24. Charterstone (2017)
Designer: Jamey Stegmaier
Players: 1-6
Game Time: 60 min
Age: 14+
Set in a fairy-tale world where the players are a group of pioneers sent to build a new colony by the mysterious Forever King, Charterstone has a bold, attractive, Ghibli-ish feel to it. But as the story develops over a 12-game arc, during which the players competitively construct the board themselves, adding stickers and biro-scrawled place names, there’s an appealingly dark undercurrent to the emerging narrative. Designer Jamey “Scythe” Stegmaier’s latest might be a legacy title, but at the end of it you have your very own, unique worker-placement game.
25. Legendary Encounters: Alien (2014)
Designers: Ben Cichoski, Daniel Mandel
Players: 1-5
Game Time: 30-60 min
Age: 17+
A deckbuilding game which requires its players to cooperate to survive wave upon wave of acid-spewing xenomorphs, using each of the four Alien movies as a setting — depending on your preference. Obviously, Aliens is best suited to it, as you recruit the likes of Bishop, Hudson, Hicks and (of course) Ripley, to help your team prevail. It’s bastard hard, but you’ll be too busy enjoying all the movie references to let that bother you.

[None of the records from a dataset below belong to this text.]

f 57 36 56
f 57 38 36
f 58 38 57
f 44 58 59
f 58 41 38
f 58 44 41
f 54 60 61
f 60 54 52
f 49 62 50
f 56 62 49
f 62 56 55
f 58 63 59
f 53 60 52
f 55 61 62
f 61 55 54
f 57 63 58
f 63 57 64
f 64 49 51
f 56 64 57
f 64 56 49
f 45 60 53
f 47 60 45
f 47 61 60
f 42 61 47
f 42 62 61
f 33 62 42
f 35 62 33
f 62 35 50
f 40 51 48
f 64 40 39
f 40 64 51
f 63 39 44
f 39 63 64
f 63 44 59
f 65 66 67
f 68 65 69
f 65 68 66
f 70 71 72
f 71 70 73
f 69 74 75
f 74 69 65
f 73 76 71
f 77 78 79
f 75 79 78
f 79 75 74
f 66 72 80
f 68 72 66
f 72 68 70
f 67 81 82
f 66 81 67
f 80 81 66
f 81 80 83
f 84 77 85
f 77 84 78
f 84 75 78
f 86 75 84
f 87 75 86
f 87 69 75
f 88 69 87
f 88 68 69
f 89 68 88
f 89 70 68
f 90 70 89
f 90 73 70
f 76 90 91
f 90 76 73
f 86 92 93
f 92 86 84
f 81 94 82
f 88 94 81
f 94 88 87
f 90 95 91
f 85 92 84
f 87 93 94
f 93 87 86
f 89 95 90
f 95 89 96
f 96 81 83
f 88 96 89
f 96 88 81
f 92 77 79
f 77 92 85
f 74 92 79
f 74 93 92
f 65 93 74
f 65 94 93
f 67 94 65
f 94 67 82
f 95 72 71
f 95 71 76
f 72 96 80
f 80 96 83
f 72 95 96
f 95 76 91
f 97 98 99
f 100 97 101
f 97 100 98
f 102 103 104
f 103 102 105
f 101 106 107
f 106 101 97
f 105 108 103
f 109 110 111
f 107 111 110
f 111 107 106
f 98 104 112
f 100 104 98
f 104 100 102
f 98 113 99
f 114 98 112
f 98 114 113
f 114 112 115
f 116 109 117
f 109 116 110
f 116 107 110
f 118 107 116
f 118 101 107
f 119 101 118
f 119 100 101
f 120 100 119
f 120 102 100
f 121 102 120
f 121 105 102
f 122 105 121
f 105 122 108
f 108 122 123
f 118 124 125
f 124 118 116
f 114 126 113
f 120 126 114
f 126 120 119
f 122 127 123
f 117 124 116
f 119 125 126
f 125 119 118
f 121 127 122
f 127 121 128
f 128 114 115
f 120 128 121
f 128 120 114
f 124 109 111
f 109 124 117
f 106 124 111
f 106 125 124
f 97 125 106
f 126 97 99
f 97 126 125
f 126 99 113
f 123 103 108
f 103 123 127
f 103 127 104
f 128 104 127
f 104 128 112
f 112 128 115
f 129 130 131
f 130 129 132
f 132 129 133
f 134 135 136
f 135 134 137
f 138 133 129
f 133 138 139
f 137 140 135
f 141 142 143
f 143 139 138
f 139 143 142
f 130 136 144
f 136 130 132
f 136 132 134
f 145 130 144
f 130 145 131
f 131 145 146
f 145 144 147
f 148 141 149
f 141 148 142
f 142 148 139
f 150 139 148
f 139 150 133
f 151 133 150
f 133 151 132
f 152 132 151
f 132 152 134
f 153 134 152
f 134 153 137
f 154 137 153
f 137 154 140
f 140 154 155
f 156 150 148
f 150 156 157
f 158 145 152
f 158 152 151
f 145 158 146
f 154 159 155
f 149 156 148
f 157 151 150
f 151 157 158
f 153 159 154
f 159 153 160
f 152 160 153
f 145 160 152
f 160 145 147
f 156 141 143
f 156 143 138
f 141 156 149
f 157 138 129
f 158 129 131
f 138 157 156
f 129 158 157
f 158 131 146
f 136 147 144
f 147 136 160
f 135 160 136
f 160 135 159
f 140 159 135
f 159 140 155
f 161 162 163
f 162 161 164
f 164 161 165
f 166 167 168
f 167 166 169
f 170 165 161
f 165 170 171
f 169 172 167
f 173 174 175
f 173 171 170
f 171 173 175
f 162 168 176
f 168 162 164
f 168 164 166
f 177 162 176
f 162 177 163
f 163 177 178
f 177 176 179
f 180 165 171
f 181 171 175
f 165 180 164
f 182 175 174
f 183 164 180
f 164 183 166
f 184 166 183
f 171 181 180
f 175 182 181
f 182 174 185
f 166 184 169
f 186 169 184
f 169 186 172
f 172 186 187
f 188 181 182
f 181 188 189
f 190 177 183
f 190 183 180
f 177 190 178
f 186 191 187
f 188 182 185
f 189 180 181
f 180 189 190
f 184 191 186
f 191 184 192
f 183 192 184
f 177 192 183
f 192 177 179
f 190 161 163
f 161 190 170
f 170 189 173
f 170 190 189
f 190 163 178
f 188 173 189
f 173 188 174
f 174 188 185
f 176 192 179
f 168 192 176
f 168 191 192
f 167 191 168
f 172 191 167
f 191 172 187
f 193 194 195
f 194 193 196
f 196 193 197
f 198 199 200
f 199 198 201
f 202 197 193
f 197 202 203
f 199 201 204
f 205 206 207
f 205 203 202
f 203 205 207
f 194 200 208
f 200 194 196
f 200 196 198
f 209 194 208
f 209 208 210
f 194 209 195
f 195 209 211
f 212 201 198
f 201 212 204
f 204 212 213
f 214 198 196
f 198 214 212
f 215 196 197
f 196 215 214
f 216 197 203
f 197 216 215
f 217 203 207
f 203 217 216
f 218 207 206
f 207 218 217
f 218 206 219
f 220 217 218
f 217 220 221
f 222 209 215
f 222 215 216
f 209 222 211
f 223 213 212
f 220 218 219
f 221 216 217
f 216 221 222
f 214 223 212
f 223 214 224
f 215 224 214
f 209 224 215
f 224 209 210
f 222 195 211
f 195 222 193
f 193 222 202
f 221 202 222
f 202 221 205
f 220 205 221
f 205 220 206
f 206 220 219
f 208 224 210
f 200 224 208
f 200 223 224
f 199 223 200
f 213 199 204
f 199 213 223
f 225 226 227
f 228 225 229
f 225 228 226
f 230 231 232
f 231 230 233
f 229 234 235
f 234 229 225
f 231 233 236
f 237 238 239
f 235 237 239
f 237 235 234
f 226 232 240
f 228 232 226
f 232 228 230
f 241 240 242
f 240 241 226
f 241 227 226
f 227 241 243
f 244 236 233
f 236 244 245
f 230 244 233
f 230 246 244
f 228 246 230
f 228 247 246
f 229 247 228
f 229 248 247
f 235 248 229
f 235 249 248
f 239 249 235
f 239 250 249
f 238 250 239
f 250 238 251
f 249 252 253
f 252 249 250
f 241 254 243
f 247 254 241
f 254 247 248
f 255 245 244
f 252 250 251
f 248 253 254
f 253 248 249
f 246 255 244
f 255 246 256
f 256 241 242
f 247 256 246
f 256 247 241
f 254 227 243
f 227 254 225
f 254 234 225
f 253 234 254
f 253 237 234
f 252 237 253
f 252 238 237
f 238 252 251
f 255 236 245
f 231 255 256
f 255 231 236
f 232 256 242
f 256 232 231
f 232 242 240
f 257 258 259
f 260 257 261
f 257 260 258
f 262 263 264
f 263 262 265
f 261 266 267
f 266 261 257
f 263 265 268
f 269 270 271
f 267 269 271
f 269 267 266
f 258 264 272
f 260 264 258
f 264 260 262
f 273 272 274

26. Dead Of Winter: A Crossroads Game
Designers: Jonathan Gilmour, Isaac Vega
Players: 2-5
Game Time: 60-120 min
Age: 13+
There are board games based on The Walking Dead, but none so effectively capture the paranoia-tinged struggle to prevail in a post-zombie-apocalyptic world as Dead Of Winter. On the surface, it’s a straightforward cooperative game, with players taking the roles of survivors who must coordinate their efforts to gather resources, survive and protect their colony during a bitter, zombie-infested winter. But everyone also has a secret agenda to fulfil — one of which may well involve quietly working against the others and bringing about game-losing disaster.
27. Mysterium (2015)
Designers: Oleksander Nevskiy, Oleg Sidorenko
Players: 2-7
Game Time: 60 mins
Age: 10+
Like Cluedo, Mysterium requires its players to solve a murder. Unlike Cluedo, one of the players is the murder victim, now a voiceless spirit, trying to silently point all the others (each playing a psychic) to all the right clues via surreal dream-visions. With these visions represented by lavishly illustrated art cards, it’s a deeply atmospheric and handsome affair, with an against-the-clock, sand-timer element that injects a bit of party-game fun.
28. Sushi Go! (2013)
Designer: Phil Walker-Harding
Players: 2-5
Game Time: 15 min
Age: 8+
A swift, snappy, set-collecting card game with a sushi-flavoured twist — in more ways than one. Over three rounds, each player aims to score the most points by creating a ‘meal’ of sashimi, maki roll and dumpling cards, but nobody keeps the same hand for longer than a turn. Instead, they’re passed around the table — just like the food trundling around a track in a sushi restaurant. So moreish, it’s hard to put away.
29. T.I.M.E. Stories (2015)
Designers: Manuel Rozoy, Peggy Chassenet
Players: 2-4
Game Time: 120 min
Age: 12+
A co-operative game which casts its players as a team of Quantum Leap-style time travellers, sent on missions to solve space-time anomalising mysteries. It works by studying picture cards for clues and facing the challenges they throw at you, using your avatars’ own particular set of skills. Each mission is a one-time only kinda deal, but after you complete the base game’s creepy Lovecraftian asylum scenario, there are numerous other adventure decks available to buy.
30. Fog Of Love (2017)
Designer: Jacob Jaskov
Players: 2
Game Time: 60 min
Age: 17+
Essentially a rom-com in board-game form, Fog Of Love casts its two players as a pair of randomly built characters (either male or female) who meet, fall in love, then have to deal with the ups and downs of a relationship as they try to predict how the other will react in certain (sometimes zany) situations, depending on their perception of their key character traits.